ABOUT THIS EXERCISE: Write out every entry again exactly as it stands.

RECORDS FOR THE EXERCISE:
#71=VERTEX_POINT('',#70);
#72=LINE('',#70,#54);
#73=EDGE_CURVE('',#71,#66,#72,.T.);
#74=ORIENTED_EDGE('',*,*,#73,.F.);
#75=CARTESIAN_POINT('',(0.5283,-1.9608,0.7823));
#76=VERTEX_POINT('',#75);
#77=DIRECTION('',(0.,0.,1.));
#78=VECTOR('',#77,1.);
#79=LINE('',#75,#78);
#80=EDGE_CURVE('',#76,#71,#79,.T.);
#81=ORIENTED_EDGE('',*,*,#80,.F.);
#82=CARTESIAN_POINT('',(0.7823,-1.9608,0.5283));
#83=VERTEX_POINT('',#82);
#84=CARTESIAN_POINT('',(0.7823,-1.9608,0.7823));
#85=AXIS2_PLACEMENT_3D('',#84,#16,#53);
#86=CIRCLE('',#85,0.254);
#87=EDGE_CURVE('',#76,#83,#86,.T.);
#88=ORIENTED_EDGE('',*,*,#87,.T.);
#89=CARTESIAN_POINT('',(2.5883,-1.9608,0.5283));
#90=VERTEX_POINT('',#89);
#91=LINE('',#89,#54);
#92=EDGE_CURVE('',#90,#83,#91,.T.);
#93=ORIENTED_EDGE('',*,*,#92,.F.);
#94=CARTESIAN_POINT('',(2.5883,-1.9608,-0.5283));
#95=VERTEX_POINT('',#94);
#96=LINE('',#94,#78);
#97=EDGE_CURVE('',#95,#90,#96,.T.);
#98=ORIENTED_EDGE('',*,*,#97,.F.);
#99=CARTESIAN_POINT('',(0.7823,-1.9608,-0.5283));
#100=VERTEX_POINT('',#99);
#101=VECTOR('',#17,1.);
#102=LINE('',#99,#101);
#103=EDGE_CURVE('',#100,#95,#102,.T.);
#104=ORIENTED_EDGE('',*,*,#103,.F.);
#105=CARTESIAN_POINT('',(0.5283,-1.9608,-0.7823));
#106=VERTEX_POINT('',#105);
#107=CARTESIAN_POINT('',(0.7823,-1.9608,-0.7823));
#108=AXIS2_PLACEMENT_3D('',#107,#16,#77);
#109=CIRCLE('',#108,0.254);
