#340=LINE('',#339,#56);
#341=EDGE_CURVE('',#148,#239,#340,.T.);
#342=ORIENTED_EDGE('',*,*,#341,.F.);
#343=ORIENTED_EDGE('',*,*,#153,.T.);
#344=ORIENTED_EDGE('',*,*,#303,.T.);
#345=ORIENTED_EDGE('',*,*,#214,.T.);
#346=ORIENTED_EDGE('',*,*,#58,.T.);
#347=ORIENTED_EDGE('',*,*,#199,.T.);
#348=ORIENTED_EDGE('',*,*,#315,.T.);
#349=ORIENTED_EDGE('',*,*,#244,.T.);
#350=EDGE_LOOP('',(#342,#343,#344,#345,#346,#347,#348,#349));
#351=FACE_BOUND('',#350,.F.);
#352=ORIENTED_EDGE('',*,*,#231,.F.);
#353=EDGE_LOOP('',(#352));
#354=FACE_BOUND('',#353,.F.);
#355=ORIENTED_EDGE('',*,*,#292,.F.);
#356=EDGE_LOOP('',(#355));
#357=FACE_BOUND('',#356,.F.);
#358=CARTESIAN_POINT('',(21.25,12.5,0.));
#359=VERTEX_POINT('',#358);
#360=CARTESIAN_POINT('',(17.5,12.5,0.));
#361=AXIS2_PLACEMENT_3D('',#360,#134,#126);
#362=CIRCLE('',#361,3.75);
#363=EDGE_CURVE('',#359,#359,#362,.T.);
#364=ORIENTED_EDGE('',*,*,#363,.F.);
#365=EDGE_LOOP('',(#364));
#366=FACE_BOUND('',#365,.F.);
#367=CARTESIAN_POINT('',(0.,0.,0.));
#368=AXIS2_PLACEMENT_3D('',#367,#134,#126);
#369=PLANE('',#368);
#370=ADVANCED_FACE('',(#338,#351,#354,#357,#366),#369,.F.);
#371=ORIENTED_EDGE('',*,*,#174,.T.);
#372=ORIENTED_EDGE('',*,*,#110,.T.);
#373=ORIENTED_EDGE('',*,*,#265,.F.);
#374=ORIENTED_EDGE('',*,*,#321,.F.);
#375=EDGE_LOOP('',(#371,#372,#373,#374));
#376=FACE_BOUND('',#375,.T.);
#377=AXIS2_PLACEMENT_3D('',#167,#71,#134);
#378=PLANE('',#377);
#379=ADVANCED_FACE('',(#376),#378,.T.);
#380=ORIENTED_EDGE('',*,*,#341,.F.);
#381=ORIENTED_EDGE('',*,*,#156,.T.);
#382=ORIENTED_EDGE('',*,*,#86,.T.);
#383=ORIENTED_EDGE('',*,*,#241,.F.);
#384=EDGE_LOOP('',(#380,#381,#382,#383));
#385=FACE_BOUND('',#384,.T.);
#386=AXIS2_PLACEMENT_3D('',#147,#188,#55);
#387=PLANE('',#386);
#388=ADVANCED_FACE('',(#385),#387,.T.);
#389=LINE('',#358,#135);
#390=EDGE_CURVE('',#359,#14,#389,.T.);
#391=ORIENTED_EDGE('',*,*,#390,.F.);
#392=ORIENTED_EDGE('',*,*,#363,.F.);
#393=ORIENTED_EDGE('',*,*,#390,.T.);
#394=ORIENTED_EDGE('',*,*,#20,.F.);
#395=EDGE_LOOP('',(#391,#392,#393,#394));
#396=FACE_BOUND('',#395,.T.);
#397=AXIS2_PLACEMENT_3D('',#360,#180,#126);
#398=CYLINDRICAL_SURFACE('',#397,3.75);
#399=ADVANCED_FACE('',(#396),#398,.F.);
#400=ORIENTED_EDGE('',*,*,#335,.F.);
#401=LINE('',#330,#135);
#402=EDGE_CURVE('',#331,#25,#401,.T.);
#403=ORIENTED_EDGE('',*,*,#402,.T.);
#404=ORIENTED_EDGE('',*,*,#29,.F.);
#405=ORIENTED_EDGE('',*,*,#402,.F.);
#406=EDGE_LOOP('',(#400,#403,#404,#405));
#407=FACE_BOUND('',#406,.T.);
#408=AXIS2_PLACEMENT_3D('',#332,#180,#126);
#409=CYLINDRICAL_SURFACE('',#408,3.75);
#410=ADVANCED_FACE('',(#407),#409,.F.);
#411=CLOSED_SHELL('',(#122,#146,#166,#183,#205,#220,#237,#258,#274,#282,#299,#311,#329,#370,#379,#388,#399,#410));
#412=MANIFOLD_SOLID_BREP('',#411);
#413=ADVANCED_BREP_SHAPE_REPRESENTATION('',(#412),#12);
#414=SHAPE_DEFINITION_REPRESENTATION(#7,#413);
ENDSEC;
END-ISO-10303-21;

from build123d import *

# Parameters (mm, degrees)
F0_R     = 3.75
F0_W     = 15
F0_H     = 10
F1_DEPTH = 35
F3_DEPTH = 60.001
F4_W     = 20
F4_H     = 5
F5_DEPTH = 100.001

FINISHED EXERCISE:
#71=VERTEX_POINT('',#70);
#72=LINE('',#70,#54);
#73=EDGE_CURVE('',#71,#66,#72,.T.);
#74=ORIENTED_EDGE('',*,*,#73,.F.);
#75=CARTESIAN_POINT('',(0.5283,-1.9608,0.7823));
#76=VERTEX_POINT('',#75);
#77=DIRECTION('',(0.,0.,1.));
#78=VECTOR('',#77,1.);
#79=LINE('',#75,#78);
#80=EDGE_CURVE('',#76,#71,#79,.T.);
#81=ORIENTED_EDGE('',*,*,#80,.F.);
#82=CARTESIAN_POINT('',(0.7823,-1.9608,0.5283));
#83=VERTEX_POINT('',#82);
#84=CARTESIAN_POINT('',(0.7823,-1.9608,0.7823));
#85=AXIS2_PLACEMENT_3D('',#84,#16,#53);
#86=CIRCLE('',#85,0.254);
#87=EDGE_CURVE('',#76,#83,#86,.T.);
#88=ORIENTED_EDGE('',*,*,#87,.T.);
#89=CARTESIAN_POINT('',(2.5883,-1.9608,0.5283));
#90=VERTEX_POINT('',#89);
#91=LINE('',#89,#54);
#92=EDGE_CURVE('',#90,#83,#91,.T.);
#93=ORIENTED_EDGE('',*,*,#92,.F.);
#94=CARTESIAN_POINT('',(2.5883,-1.9608,-0.5283));
#95=VERTEX_POINT('',#94);
#96=LINE('',#94,#78);
#97=EDGE_CURVE('',#95,#90,#96,.T.);
#98=ORIENTED_EDGE('',*,*,#97,.F.);
#99=CARTESIAN_POINT('',(0.7823,-1.9608,-0.5283));
#100=VERTEX_POINT('',#99);
#101=VECTOR('',#17,1.);
#102=LINE('',#99,#101);
#103=EDGE_CURVE('',#100,#95,#102,.T.);
#104=ORIENTED_EDGE('',*,*,#103,.F.);
#105=CARTESIAN_POINT('',(0.5283,-1.9608,-0.7823));
#106=VERTEX_POINT('',#105);
#107=CARTESIAN_POINT('',(0.7823,-1.9608,-0.7823));
#108=AXIS2_PLACEMENT_3D('',#107,#16,#77);
#109=CIRCLE('',#108,0.254);
#340=LINE('',#339,#56);
#341=EDGE_CURVE('',#148,#239,#340,.T.);
#342=ORIENTED_EDGE('',*,*,#341,.F.);
#343=ORIENTED_EDGE('',*,*,#153,.T.);
#344=ORIENTED_EDGE('',*,*,#303,.T.);
#345=ORIENTED_EDGE('',*,*,#214,.T.);
#346=ORIENTED_EDGE('',*,*,#58,.T.);
#347=ORIENTED_EDGE('',*,*,#199,.T.);
#348=ORIENTED_EDGE('',*,*,#315,.T.);
#349=ORIENTED_EDGE('',*,*,#244,.T.);
#350=EDGE_LOOP('',(#342,#343,#344,#345,#346,#347,#348,#349));
#351=FACE_BOUND('',#350,.F.);
#352=ORIENTED_EDGE('',*,*,#231,.F.);
#353=EDGE_LOOP('',(#352));
#354=FACE_BOUND('',#353,.F.);
#355=ORIENTED_EDGE('',*,*,#292,.F.);
#356=EDGE_LOOP('',(#355));
#357=FACE_BOUND('',#356,.F.);
#358=CARTESIAN_POINT('',(21.25,12.5,0.));
#359=VERTEX_POINT('',#358);
#360=CARTESIAN_POINT('',(17.5,12.5,0.));
#361=AXIS2_PLACEMENT_3D('',#360,#134,#126);
#362=CIRCLE('',#361,3.75);
#363=EDGE_CURVE('',#359,#359,#362,.T.);
#364=ORIENTED_EDGE('',*,*,#363,.F.);
#365=EDGE_LOOP('',(#364));
#366=FACE_BOUND('',#365,.F.);
#367=CARTESIAN_POINT('',(0.,0.,0.));
#368=AXIS2_PLACEMENT_3D('',#367,#134,#126);
#369=PLANE('',#368);
#370=ADVANCED_FACE('',(#338,#351,#354,#357,#366),#369,.F.);
#371=ORIENTED_EDGE('',*,*,#174,.T.);
#372=ORIENTED_EDGE('',*,*,#110,.T.);
#373=ORIENTED_EDGE('',*,*,#265,.F.);
#374=ORIENTED_EDGE('',*,*,#321,.F.);
#375=EDGE_LOOP('',(#371,#372,#373,#374));
#376=FACE_BOUND('',#375,.T.);
#377=AXIS2_PLACEMENT_3D('',#167,#71,#134);
#378=PLANE('',#377);
#379=ADVANCED_FACE('',(#376),#378,.T.);
#380=ORIENTED_EDGE('',*,*,#341,.F.);
#381=ORIENTED_EDGE('',*,*,#156,.T.);
#382=ORIENTED_EDGE('',*,*,#86,.T.);
#383=ORIENTED_EDGE('',*,*,#241,.F.);
#384=EDGE_LOOP('',(#380,#381,#382,#383));
#385=FACE_BOUND('',#384,.T.);
#386=AXIS2_PLACEMENT_3D('',#147,#188,#55);
#387=PLANE('',#386);
#388=ADVANCED_FACE('',(#385),#387,.T.);
#389=LINE('',#358,#135);
#390=EDGE_CURVE('',#359,#14,#389,.T.);
#391=ORIENTED_EDGE('',*,*,#390,.F.);
#392=ORIENTED_EDGE('',*,*,#363,.F.);
#393=ORIENTED_EDGE('',*,*,#390,.T.);
#394=ORIENTED_EDGE('',*,*,#20,.F.);
#395=EDGE_LOOP('',(#391,#392,#393,#394));
#396=FACE_BOUND('',#395,.T.);
#397=AXIS2_PLACEMENT_3D('',#360,#180,#126);
#398=CYLINDRICAL_SURFACE('',#397,3.75);
#399=ADVANCED_FACE('',(#396),#398,.F.);
#400=ORIENTED_EDGE('',*,*,#335,.F.);
#401=LINE('',#330,#135);
#402=EDGE_CURVE('',#331,#25,#401,.T.);
#403=ORIENTED_EDGE('',*,*,#402,.T.);
#404=ORIENTED_EDGE('',*,*,#29,.F.);
#405=ORIENTED_EDGE('',*,*,#402,.F.);
#406=EDGE_LOOP('',(#400,#403,#404,#405));
#407=FACE_BOUND('',#406,.T.);
#408=AXIS2_PLACEMENT_3D('',#332,#180,#126);
#409=CYLINDRICAL_SURFACE('',#408,3.75);
#410=ADVANCED_FACE('',(#407),#409,.F.);
#411=CLOSED_SHELL('',(#122,#146,#166,#183,#205,#220,#237,#258,#274,#282,#299,#311,#329,#370,#379,#388,#399,#410));
#412=MANIFOLD_SOLID_BREP('',#411);
#413=ADVANCED_BREP_SHAPE_REPRESENTATION('',(#412),#12);
#414=SHAPE_DEFINITION_REPRESENTATION(#7,#413);
ENDSEC;
END-ISO-10303-21;

from build123d import *

# Parameters (mm, degrees)
F0_R     = 3.75
F0_W     = 15
F0_H     = 10
F1_DEPTH = 35
F3_DEPTH = 60.001
F4_W     = 20
F4_H     = 5
F5_DEPTH = 100.001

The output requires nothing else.